Saved data entries:
——
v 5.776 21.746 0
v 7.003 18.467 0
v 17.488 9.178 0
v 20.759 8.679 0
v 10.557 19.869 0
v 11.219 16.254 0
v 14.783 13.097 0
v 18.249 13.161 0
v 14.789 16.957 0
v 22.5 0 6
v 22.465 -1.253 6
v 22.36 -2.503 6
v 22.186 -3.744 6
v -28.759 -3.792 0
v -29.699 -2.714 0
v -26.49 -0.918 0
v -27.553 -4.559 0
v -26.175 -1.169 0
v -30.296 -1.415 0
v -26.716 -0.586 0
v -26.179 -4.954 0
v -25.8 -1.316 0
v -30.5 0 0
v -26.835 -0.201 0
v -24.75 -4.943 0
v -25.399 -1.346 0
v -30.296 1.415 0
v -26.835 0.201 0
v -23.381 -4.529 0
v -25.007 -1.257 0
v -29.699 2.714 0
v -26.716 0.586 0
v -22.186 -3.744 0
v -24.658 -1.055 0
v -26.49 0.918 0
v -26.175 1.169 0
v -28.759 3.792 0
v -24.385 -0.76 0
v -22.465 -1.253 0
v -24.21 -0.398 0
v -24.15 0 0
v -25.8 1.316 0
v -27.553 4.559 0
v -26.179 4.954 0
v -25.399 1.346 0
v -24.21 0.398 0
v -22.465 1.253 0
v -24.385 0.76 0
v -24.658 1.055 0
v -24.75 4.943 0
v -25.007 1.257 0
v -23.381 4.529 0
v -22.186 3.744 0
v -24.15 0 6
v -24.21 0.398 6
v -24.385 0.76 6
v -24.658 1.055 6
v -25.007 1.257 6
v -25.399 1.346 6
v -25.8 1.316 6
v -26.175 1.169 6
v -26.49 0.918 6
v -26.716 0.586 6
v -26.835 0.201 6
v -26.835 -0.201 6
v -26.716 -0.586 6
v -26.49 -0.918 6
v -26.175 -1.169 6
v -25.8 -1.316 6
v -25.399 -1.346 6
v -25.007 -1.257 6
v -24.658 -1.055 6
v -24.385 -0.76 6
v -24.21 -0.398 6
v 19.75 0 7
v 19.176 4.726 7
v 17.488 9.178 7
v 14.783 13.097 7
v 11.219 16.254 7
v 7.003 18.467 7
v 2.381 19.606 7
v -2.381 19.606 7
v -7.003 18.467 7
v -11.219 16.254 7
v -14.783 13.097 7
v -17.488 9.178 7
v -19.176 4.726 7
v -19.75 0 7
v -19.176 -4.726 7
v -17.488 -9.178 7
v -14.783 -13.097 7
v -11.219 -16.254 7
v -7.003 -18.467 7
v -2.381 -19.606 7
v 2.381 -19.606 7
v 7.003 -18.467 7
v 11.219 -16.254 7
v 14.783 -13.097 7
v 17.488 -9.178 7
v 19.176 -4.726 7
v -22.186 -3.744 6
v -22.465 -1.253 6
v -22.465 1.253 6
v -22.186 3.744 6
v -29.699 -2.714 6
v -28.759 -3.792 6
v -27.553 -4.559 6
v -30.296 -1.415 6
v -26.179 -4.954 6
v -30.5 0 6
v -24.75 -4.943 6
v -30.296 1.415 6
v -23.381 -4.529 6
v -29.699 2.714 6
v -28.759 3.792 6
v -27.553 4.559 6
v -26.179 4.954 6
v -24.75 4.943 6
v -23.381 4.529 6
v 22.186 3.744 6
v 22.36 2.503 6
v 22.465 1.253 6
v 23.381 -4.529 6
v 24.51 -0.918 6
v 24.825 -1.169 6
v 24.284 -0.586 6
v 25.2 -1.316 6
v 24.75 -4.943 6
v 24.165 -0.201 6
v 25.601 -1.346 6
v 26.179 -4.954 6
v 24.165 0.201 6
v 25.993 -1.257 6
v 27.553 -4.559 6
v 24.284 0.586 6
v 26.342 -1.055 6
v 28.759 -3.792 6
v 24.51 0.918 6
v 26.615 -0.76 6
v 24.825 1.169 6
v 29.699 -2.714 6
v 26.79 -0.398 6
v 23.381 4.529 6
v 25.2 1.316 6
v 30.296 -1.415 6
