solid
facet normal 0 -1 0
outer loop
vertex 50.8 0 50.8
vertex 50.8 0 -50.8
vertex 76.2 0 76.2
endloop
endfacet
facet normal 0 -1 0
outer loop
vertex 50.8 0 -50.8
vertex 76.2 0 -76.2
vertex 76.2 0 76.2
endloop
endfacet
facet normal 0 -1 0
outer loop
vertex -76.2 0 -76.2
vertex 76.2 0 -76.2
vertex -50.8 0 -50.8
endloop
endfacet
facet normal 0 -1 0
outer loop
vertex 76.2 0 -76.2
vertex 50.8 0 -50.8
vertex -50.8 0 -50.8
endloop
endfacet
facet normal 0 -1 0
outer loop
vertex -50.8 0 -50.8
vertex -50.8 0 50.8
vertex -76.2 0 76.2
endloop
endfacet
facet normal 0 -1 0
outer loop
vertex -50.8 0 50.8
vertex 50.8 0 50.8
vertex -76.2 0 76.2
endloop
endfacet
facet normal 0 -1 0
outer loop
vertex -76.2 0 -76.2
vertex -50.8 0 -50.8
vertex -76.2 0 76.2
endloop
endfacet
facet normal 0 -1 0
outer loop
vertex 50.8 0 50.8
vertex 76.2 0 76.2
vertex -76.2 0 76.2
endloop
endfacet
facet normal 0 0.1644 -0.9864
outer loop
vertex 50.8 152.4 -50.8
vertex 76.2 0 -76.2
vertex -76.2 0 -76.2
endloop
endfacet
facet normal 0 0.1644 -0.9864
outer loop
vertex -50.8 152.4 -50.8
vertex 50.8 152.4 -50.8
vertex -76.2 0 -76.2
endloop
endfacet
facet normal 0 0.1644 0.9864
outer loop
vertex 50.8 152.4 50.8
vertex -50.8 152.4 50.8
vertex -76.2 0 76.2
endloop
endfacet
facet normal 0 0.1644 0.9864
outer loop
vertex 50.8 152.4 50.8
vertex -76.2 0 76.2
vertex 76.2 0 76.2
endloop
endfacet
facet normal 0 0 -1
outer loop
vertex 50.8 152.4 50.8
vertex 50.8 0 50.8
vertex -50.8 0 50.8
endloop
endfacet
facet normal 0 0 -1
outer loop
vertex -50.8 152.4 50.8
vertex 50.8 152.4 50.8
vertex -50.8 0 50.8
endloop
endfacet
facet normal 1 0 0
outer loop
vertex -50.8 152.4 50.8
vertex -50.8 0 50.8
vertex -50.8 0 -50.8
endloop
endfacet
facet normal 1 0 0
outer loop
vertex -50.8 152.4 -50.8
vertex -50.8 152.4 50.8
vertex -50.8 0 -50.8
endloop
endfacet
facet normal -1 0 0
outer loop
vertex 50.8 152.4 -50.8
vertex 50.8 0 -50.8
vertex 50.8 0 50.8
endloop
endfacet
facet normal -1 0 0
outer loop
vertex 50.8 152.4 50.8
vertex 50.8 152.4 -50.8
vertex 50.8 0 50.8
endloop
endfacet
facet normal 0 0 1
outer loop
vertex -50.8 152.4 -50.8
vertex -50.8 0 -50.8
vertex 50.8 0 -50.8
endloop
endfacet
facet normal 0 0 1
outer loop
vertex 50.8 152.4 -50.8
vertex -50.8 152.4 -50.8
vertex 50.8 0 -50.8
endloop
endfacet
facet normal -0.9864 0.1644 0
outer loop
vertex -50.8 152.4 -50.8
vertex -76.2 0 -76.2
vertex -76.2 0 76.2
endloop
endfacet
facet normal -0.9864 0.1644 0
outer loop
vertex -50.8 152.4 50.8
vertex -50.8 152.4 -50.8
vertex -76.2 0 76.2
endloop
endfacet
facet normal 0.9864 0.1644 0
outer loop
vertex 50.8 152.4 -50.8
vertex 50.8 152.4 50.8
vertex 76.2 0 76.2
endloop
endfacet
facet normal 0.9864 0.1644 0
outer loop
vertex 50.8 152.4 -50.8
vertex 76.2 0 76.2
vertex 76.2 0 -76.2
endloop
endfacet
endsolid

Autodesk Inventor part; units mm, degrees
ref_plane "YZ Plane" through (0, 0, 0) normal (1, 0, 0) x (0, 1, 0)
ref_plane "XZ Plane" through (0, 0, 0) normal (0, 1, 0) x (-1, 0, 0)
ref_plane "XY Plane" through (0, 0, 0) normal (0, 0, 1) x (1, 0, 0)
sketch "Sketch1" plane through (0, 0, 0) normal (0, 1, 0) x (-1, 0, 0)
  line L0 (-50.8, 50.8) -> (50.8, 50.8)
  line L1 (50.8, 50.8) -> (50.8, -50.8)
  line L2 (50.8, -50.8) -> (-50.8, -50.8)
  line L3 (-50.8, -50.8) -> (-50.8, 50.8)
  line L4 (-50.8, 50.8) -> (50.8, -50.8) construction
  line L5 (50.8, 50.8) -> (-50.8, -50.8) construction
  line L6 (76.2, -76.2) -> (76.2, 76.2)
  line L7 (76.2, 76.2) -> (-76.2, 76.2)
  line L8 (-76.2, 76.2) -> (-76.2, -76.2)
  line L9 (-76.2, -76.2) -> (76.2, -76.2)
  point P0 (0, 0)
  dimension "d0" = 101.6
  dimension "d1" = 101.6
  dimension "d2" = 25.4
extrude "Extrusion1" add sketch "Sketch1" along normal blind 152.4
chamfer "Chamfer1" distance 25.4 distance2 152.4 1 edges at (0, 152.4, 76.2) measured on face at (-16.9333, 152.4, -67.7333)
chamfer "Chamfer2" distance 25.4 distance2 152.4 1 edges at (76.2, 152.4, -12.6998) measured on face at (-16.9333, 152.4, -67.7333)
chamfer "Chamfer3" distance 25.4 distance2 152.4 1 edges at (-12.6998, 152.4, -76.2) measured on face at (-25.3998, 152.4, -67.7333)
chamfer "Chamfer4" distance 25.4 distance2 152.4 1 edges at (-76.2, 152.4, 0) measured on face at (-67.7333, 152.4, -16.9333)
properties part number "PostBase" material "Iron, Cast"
——
→ Exercise goal
For this exercise, please output exactly the lines above starting at the line with "v 17.488 9.178 7" and ending at the line with "v -30.5 0 6", ends included.

→ Result
v 17.488 9.178 7
v 14.783 13.097 7
v 11.219 16.254 7
v 7.003 18.467 7
v 2.381 19.606 7
v -2.381 19.606 7
v -7.003 18.467 7
v -11.219 16.254 7
v -14.783 13.097 7
v -17.488 9.178 7
v -19.176 4.726 7
v -19.75 0 7
v -19.176 -4.726 7
v -17.488 -9.178 7
v -14.783 -13.097 7
v -11.219 -16.254 7
v -7.003 -18.467 7
v -2.381 -19.606 7
v 2.381 -19.606 7
v 7.003 -18.467 7
v 11.219 -16.254 7
v 14.783 -13.097 7
v 17.488 -9.178 7
v 19.176 -4.726 7
v -22.186 -3.744 6
v -22.465 -1.253 6
v -22.465 1.253 6
v -22.186 3.744 6
v -29.699 -2.714 6
v -28.759 -3.792 6
v -27.553 -4.559 6
v -30.296 -1.415 6
v -26.179 -4.954 6
v -30.5 0 6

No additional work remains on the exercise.